Maryam asked for Wasal’s help in convincing Marwa to allow the removal of the chains which tormented her. Marwa had begun to compose a song, glorifying herself and depicting her tortures; as she wanted it to be heard, she had to relent and once more sing with Radwan, as part of an imaginary troupe, performing for an audience deaf to the tale of her epic battle. Radwan tried to regain a flavour of joy but his first notes seemed cold and sad; they left the impression that his voice was growing old, and what remained of it was insufficient for leading the women of the family. His voice was harsh and he made mistakes when reciting, but Marwa flattered him, praising him and encouraging him to continue with his composition of an epic love poem whose heroine has been chained up by her tribe; they keep her and her dreams under guard so she can’t slip through a gap in the tent and corrupt all the other daughters of the tribe.

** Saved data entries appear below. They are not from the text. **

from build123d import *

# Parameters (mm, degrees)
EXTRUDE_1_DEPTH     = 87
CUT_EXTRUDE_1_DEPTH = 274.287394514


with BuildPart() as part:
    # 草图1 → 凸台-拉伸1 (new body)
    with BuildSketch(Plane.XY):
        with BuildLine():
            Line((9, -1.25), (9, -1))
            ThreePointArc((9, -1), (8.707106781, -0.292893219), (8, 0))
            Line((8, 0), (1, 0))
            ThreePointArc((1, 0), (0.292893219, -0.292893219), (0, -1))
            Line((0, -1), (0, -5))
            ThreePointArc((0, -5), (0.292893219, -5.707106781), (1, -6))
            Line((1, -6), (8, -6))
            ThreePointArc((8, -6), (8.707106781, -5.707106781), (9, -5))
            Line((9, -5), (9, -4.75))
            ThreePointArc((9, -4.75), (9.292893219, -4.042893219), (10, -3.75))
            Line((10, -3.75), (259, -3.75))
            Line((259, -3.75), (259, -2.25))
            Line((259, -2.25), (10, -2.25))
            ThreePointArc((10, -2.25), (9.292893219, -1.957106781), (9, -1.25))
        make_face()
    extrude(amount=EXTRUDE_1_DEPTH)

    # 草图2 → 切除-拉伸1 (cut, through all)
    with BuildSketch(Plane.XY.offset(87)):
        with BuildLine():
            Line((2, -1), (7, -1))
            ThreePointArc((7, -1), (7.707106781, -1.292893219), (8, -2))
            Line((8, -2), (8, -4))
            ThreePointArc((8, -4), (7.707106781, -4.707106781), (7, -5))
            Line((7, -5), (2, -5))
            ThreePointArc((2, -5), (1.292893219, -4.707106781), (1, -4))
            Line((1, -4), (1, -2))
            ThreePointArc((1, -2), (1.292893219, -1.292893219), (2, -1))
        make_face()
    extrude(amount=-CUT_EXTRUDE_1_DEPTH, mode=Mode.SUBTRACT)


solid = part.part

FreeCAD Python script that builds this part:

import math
import FreeCAD as App
import Part
import Sketcher

V = App.Vector
Q = App.Units.Quantity

doc = App.newDocument("Part")
params = doc.addObject("Spreadsheet::Sheet", "Params")
for row, (alias, value) in enumerate([
    ("sketch1_radius", "1 mm"),
    ("sketch1_width", "7 mm"),
    ("sketch1_width2", "249 mm"),
    ("sketch1_height", "4 mm"),
    ("sketch1_height2", "1.5 mm"),
    ("pad1_length", "87 mm"),
    ("sketch2_radius", "1 mm"),
    ("sketch2_width", "5 mm"),
    ("sketch2_height", "2 mm"),
], start=1):
    params.set(f"A{row}", alias)
    params.set(f"B{row}", "=" + value)
    params.setAlias(f"B{row}", alias)

body = doc.addObject("PartDesign::Body", "Body")

sketch1 = body.newObject("Sketcher::SketchObject", "Sketch")
sketch1.AttachmentSupport = (doc.getObject("XY_Plane"), [""])
sketch1.MapMode = "FlatFace"
sketch1.addGeometry([
    Part.LineSegment(V(9, -1.25, 0), V(9, -1, 0)),
    Part.ArcOfCircle(Part.Circle(V(8, -1, 0), V(0, 0, 1), 1), math.radians(0), math.radians(90)),
    Part.LineSegment(V(8, 0, 0), V(1, 0, 0)),
    Part.ArcOfCircle(Part.Circle(V(1, -1, 0), V(0, 0, 1), 1), math.radians(90), math.radians(180)),
    Part.LineSegment(V(0, -1, 0), V(0, -5, 0)),
    Part.ArcOfCircle(Part.Circle(V(1, -5, 0), V(0, 0, 1), 1), math.radians(-180), math.radians(-90)),
    Part.LineSegment(V(1, -6, 0), V(8, -6, 0)),
    Part.ArcOfCircle(Part.Circle(V(8, -5, 0), V(0, 0, 1), 1), math.radians(-90), math.radians(0)),
    Part.LineSegment(V(9, -5, 0), V(9, -4.75, 0)),
    Part.ArcOfCircle(Part.Circle(V(10, -4.75, 0), V(0, 0, 1), 1), math.radians(90), math.radians(180)),
    Part.LineSegment(V(10, -3.75, 0), V(259, -3.75, 0)),
    Part.LineSegment(V(259, -3.75, 0), V(259, -2.25, 0)),
    Part.LineSegment(V(259, -2.25, 0), V(10, -2.25, 0)),
    Part.ArcOfCircle(Part.Circle(V(10, -1.25, 0), V(0, 0, 1), 1), math.radians(-180), math.radians(-90)),
], False)
sketch1.addConstraint([
    Sketcher.Constraint("Tangent", 0, 2, 1, 1),
    Sketcher.Constraint("Tangent", 1, 2, 2, 1),
    Sketcher.Constraint("Tangent", 2, 2, 3, 1),
    Sketcher.Constraint("Tangent", 3, 2, 4, 1),
    Sketcher.Constraint("Tangent", 4, 2, 5, 1),
    Sketcher.Constraint("Tangent", 5, 2, 6, 1),
    Sketcher.Constraint("Tangent", 6, 2, 7, 1),
    Sketcher.Constraint("Tangent", 7, 2, 8, 1),
    Sketcher.Constraint("Tangent", 8, 2, 9, 2),
    Sketcher.Constraint("Tangent", 9, 1, 10, 1),
    Sketcher.Constraint("Coincident", 10, 2, 11, 1),
    Sketcher.Constraint("Coincident", 11, 2, 12, 1),
    Sketcher.Constraint("Tangent", 12, 2, 13, 2),
    Sketcher.Constraint("Tangent", 13, 1, 0, 1),
    Sketcher.Constraint("Vertical", 0),
    Sketcher.Constraint("Horizontal", 2),
    Sketcher.Constraint("Vertical", 4),
    Sketcher.Constraint("Horizontal", 6),
    Sketcher.Constraint("Vertical", 8),
    Sketcher.Constraint("Horizontal", 10),
    Sketcher.Constraint("Vertical", 11),
    Sketcher.Constraint("Horizontal", 12),
    Sketcher.Constraint("Equal", 1, 3),
    Sketcher.Constraint("Equal", 3, 5),
    Sketcher.Constraint("Equal", 5, 7),
    Sketcher.Constraint("Equal", 7, 9),
    Sketcher.Constraint("Equal", 9, 13),
    Sketcher.Constraint("PointOnObject", 1, 2, -1),
    Sketcher.Constraint("PointOnObject", 3, 2, -2),
    Sketcher.Constraint("Vertical", 1, 3, 7, 3),
    Sketcher.Constraint("Equal", 0, 8),
    Sketcher.Constraint("Radius", 1, Q("1 mm")),
    Sketcher.Constraint("DistanceX", 2, 2, 2, 1, Q("7 mm")),
    Sketcher.Constraint("DistanceX", 10, 1, 10, 2, Q("249 mm")),
    Sketcher.Constraint("DistanceY", 4, 2, 4, 1, Q("4 mm")),
    Sketcher.Constraint("DistanceY", 11, 1, 11, 2, Q("1.5 mm")),
])
sketch1.setExpression("Constraints[31]", "Params.sketch1_radius")
sketch1.setExpression("Constraints[32]", "Params.sketch1_width")
sketch1.setExpression("Constraints[33]", "Params.sketch1_width2")
sketch1.setExpression("Constraints[34]", "Params.sketch1_height")
sketch1.setExpression("Constraints[35]", "Params.sketch1_height2")
pad1 = body.newObject("PartDesign::Pad", "Pad")
pad1.Profile = sketch1
pad1.setExpression("Length", "Params.pad1_length")

sketch2 = body.newObject("Sketcher::SketchObject", "Sketch001")
sketch2.AttachmentSupport = (doc.getObject("XY_Plane"), [""])
sketch2.MapMode = "FlatFace"
sketch2.AttachmentOffset = App.Placement(V(0, 0, 87), App.Rotation())
sketch2.addGeometry([
    Part.LineSegment(V(7, -1, 0), V(2, -1, 0)),
    Part.ArcOfCircle(Part.Circle(V(2, -2, 0), V(0, 0, 1), 1), math.radians(90), math.radians(180)),
    Part.LineSegment(V(1, -2, 0), V(1, -4, 0)),
    Part.ArcOfCircle(Part.Circle(V(2, -4, 0), V(0, 0, 1), 1), math.radians(-180), math.radians(-90)),
    Part.LineSegment(V(2, -5, 0), V(7, -5, 0)),
    Part.ArcOfCircle(Part.Circle(V(7, -4, 0), V(0, 0, 1), 1), math.radians(-90), math.radians(0)),
    Part.LineSegment(V(8, -4, 0), V(8, -2, 0)),
    Part.ArcOfCircle(Part.Circle(V(7, -2, 0), V(0, 0, 1), 1), math.radians(0), math.radians(90)),
], False)
sketch2.addConstraint([
    Sketcher.Constraint("Tangent", 0, 2, 1, 1),
    Sketcher.Constraint("Tangent", 1, 2, 2, 1),
    Sketcher.Constraint("Tangent", 2, 2, 3, 1),
    Sketcher.Constraint("Tangent", 3, 2, 4, 1),
    Sketcher.Constraint("Tangent", 4, 2, 5, 1),
    Sketcher.Constraint("Tangent", 5, 2, 6, 1),
    Sketcher.Constraint("Tangent", 6, 2, 7, 1),
    Sketcher.Constraint("Tangent", 7, 2, 0, 1),
    Sketcher.Constraint("Horizontal", 0),
    Sketcher.Constraint("Vertical", 2),
    Sketcher.Constraint("Horizontal", 4),
    Sketcher.Constraint("Vertical", 6),
    Sketcher.Constraint("Equal", 1, 3),
    Sketcher.Constraint("Equal", 3, 5),
    Sketcher.Constraint("Equal", 5, 7),
    Sketcher.Constraint("Radius", 1, Q("1 mm")),
    Sketcher.Constraint("DistanceX", 0, 2, 0, 1, Q("5 mm")),
    Sketcher.Constraint("DistanceY", 2, 2, 2, 1, Q("2 mm")),
    Sketcher.Constraint("DistanceX", -1, 1, 1, 3, Q("2 mm")),
    Sketcher.Constraint("DistanceY", 1, 3, -1, 1, Q("2 mm")),
])
sketch2.setExpression("Constraints[15]", "Params.sketch2_radius")
sketch2.setExpression("Constraints[16]", "Params.sketch2_width")
sketch2.setExpression("Constraints[17]", "Params.sketch2_height")
pocket1 = body.newObject("PartDesign::Pocket", "Pocket")
pocket1.Profile = sketch2
pocket1.Type = "ThroughAll"

doc.recompute()
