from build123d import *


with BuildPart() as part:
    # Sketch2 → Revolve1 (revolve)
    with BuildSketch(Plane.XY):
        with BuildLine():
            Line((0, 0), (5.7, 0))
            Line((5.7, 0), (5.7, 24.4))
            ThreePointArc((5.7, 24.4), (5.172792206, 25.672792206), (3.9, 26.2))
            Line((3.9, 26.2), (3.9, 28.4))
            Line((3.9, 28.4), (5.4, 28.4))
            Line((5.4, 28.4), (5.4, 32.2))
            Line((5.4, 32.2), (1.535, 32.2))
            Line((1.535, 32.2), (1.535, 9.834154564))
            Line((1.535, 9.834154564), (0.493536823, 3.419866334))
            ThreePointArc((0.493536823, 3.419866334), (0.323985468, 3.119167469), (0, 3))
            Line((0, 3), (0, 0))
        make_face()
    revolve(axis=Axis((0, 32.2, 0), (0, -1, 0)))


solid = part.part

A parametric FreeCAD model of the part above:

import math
import FreeCAD as App
import Part
import Sketcher

V = App.Vector

doc = App.newDocument("Part")
body = doc.addObject("PartDesign::Body", "Body")

# Sketch on XY plane
sketch1 = body.newObject("Sketcher::SketchObject", "Sketch")
sketch1.AttachmentSupport = (doc.getObject("XY_Plane"), [""])
sketch1.MapMode = "FlatFace"
sketch1.addGeometry([
    Part.LineSegment(V(0, 0, 0), V(5.7, 0, 0)),  # 0
    Part.LineSegment(V(5.7, 0, 0), V(5.7, 24.4, 0)),  # 1
    Part.ArcOfCircle(Part.Circle(V(3.9, 24.4, 0), V(0, 0, 1), 1.8), math.radians(0), math.radians(90)),  # 2
    Part.LineSegment(V(3.9, 26.2, 0), V(3.9, 28.4, 0)),  # 3
    Part.LineSegment(V(3.9, 28.4, 0), V(5.4, 28.4, 0)),  # 4
    Part.LineSegment(V(5.4, 28.4, 0), V(5.4, 32.2, 0)),  # 5
    Part.LineSegment(V(5.4, 32.2, 0), V(1.5, 32.2, 0)),  # 6
    Part.LineSegment(V(1.5, 32.2, 0), V(1.5, 9.8, 0)),  # 7
    Part.LineSegment(V(1.5, 9.8, 0), V(0.5, 3.4, 0)),  # 8
    Part.ArcOfCircle(Part.Circle(V(0, 3.5, 0), V(0, 0, 1), 0.5), math.radians(-90), math.radians(-9)),  # 9
    Part.LineSegment(V(0, 3, 0), V(0, 0, 0)),  # 10
], False)
sketch1.addConstraint([
    Sketcher.Constraint("Coincident", 0, 2, 1, 1),
    Sketcher.Constraint("Tangent", 1, 2, 2, 1),
    Sketcher.Constraint("Coincident", 2, 2, 3, 1),
    Sketcher.Constraint("Coincident", 3, 2, 4, 1),
    Sketcher.Constraint("Coincident", 4, 2, 5, 1),
    Sketcher.Constraint("Coincident", 5, 2, 6, 1),
    Sketcher.Constraint("Coincident", 6, 2, 7, 1),
    Sketcher.Constraint("Coincident", 7, 2, 8, 1),
    Sketcher.Constraint("Tangent", 8, 2, 9, 2),
    Sketcher.Constraint("Coincident", 9, 1, 10, 1),
    Sketcher.Constraint("Coincident", 10, 2, 0, 1),
    Sketcher.Constraint("Horizontal", 0),
    Sketcher.Constraint("Vertical", 1),
    Sketcher.Constraint("Vertical", 3),
    Sketcher.Constraint("Horizontal", 4),
    Sketcher.Constraint("Vertical", 5),
    Sketcher.Constraint("Horizontal", 6),
    Sketcher.Constraint("Vertical", 7),
    Sketcher.Constraint("Vertical", 10),
    Sketcher.Constraint("Coincident", 10, 2, -1, 1),
    Sketcher.Constraint("PointOnObject", 9, 3, -2),
    Sketcher.Constraint("Radius", 2, 1.8),
    Sketcher.Constraint("Radius", 9, 0.5),
    Sketcher.Constraint("DistanceY", 10, 2, 10, 1, 3.0),
    Sketcher.Constraint("DistanceX", 0, 1, 0, 2, 5.7),
    Sketcher.Constraint("DistanceX", 4, 1, 4, 2, 1.5),
    Sketcher.Constraint("DistanceY", 1, 1, 1, 2, 24.4),
    Sketcher.Constraint("DistanceY", 3, 1, 3, 2, 2.2),
    Sketcher.Constraint("DistanceY", 5, 1, 5, 2, 3.8),
    Sketcher.Constraint("DistanceX", -1, 1, 2, 2, 3.9),
    Sketcher.Constraint("DistanceX", 6, 2, 6, 1, 3.865),
    Sketcher.Constraint("DistanceY", 7, 2, 7, 1, 22.365845),
])
revolution = body.newObject("PartDesign::Revolution", "Revolution")
revolution.Profile = sketch1
revolution.ReferenceAxis = (sketch1, ["V_Axis"])
revolution.Angle = 360

doc.recompute()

One day Radwan left the house to look for his friends and found that most of them had shaved off their beards, like roosters whose feathers have been plucked. Most of them now wore suits and ties. The fear in their eyes and their slow movements betrayed that the mosques were no longer safe for their work, their dhikr and their improvised mawalid . A wrong turn that had resulted in three of them being killed by stray bullets had robbed them of their enjoyment of being blind. Radwan tried to convince them to return to their singing, and he listened patiently to their odes of lamentation for their friends, which opened with a verse in praise of the President and concluded in agonizing grief for the three believers, killed by infidels who had turned Islam into a religion of murder. ‘It’s all finished,’ Radwan said to himself as he left the Umayyad Mosque and passed through the main souk, stopping in front of my grandfather’s shops whose locks had lost their shine and rusted. He sat beside the shops, and perhaps he heard Khalil’s groans, Omar’s laughter, my grandfather’s footsteps. He tried to hold back his tears, but the sounds around him were a sign that everything had come to an end.